**Exercise goal**
Take every line in the entries that includes the word "SUBTRACT" and copy it.

-- Available data follows --

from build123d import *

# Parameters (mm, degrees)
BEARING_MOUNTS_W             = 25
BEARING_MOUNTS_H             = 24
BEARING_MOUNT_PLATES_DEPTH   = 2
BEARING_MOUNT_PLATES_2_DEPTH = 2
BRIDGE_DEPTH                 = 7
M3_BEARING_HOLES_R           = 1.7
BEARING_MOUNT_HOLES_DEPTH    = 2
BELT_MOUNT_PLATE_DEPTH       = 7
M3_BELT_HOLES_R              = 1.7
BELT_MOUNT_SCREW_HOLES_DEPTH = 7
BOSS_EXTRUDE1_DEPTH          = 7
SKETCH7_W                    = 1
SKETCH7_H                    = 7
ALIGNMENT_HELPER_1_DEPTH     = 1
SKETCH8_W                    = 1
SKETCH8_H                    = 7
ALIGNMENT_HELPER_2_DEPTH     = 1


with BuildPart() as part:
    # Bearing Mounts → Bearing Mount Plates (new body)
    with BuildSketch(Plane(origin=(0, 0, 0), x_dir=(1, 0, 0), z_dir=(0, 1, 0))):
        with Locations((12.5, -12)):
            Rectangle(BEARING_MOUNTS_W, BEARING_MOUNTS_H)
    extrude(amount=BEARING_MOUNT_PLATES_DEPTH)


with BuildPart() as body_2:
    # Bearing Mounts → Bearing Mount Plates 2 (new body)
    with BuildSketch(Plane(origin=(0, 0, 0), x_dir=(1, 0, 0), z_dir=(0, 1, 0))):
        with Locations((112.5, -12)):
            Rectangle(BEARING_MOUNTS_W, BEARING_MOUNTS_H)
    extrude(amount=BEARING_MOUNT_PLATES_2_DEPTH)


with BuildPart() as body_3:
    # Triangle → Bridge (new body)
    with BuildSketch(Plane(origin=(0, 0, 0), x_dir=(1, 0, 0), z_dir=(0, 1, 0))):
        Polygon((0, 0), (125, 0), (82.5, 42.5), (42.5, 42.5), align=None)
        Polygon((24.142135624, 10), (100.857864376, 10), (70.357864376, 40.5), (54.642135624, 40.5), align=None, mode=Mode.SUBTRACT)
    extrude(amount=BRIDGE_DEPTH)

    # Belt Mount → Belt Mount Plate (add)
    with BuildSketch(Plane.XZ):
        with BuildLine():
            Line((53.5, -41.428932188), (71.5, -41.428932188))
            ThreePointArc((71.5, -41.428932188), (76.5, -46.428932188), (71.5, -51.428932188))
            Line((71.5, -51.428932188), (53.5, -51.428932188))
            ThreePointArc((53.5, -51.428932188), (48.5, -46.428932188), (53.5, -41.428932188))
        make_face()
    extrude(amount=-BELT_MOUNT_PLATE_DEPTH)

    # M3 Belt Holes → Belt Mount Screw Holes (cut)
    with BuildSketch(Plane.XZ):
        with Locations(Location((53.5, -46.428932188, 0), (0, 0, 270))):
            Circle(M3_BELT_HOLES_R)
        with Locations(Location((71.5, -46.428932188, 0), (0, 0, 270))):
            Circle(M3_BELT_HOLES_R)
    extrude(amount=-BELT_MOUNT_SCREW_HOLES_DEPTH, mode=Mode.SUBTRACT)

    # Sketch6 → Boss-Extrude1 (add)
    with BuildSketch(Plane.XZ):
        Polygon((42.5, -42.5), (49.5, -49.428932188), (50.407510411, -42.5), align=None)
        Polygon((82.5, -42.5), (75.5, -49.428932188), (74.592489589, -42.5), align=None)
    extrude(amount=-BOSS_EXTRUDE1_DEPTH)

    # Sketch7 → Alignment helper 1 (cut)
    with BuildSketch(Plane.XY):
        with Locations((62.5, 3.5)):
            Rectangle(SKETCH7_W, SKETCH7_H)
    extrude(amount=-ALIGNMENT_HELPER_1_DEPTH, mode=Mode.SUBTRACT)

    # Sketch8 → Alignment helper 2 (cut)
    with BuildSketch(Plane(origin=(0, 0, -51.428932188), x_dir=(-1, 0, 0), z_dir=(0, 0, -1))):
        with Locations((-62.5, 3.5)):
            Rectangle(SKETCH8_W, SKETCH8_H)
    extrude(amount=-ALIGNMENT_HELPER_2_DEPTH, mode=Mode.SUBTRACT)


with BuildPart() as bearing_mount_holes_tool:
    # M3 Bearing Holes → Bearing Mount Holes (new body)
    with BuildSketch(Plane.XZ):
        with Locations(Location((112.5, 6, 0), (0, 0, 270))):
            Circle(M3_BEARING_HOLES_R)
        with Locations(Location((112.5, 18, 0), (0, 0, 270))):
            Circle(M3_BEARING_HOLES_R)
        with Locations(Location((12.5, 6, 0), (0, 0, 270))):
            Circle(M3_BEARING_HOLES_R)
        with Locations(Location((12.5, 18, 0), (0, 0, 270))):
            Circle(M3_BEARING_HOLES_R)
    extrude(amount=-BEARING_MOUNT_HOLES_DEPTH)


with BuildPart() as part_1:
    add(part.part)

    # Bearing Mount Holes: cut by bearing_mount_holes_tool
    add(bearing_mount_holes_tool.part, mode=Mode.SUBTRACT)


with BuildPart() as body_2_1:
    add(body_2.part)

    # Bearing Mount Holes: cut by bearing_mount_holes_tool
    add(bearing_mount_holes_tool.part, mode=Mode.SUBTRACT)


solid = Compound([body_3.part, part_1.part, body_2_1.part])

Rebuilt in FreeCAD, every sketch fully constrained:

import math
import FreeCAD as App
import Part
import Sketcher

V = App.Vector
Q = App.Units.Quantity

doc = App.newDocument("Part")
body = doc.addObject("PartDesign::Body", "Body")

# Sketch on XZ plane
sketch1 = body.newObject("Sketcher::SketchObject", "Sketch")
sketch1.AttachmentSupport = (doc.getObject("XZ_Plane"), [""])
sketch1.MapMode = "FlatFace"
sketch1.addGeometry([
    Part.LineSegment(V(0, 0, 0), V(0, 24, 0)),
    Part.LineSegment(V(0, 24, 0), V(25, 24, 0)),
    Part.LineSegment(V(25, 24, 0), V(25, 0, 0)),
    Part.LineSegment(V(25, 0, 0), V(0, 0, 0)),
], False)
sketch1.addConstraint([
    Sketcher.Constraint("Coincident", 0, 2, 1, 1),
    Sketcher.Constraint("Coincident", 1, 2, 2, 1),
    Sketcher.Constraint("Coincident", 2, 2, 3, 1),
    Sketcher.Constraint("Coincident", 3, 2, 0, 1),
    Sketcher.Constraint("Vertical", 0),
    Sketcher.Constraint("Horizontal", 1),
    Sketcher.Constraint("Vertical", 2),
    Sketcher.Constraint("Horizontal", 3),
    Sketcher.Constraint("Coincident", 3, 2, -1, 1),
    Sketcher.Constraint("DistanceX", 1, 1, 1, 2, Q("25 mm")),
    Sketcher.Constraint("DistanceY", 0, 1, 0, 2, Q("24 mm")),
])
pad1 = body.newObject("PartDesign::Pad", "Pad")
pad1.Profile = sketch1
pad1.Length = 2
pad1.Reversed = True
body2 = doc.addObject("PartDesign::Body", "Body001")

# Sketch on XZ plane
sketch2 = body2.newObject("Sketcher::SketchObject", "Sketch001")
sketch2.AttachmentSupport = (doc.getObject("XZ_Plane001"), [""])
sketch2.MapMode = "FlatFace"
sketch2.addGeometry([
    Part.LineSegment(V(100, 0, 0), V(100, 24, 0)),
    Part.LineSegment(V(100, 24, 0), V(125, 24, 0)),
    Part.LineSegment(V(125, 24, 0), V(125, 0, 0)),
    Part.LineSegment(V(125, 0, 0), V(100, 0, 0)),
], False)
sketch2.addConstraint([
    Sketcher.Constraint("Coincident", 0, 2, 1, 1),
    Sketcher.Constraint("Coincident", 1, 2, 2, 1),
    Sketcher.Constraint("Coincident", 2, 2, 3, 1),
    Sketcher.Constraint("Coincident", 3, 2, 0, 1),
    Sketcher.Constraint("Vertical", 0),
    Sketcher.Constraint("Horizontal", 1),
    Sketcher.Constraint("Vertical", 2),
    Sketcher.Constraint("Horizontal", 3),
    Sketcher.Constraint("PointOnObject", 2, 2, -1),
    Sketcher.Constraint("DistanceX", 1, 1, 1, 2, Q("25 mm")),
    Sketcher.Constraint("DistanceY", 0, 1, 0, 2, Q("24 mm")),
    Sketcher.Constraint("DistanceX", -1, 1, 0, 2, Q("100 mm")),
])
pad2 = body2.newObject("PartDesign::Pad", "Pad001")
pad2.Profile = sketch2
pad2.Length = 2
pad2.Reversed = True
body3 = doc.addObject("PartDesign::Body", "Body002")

-- Available data concluded --

**Answer below**
        Polygon((24.142135624, 10), (100.857864376, 10), (70.357864376, 40.5), (54.642135624, 40.5), align=None, mode=Mode.SUBTRACT)
    extrude(amount=-BELT_MOUNT_SCREW_HOLES_DEPTH, mode=Mode.SUBTRACT)
    extrude(amount=-ALIGNMENT_HELPER_1_DEPTH, mode=Mode.SUBTRACT)
    extrude(amount=-ALIGNMENT_HELPER_2_DEPTH, mode=Mode.SUBTRACT)
    add(bearing_mount_holes_tool.part, mode=Mode.SUBTRACT)
    add(bearing_mount_holes_tool.part, mode=Mode.SUBTRACT)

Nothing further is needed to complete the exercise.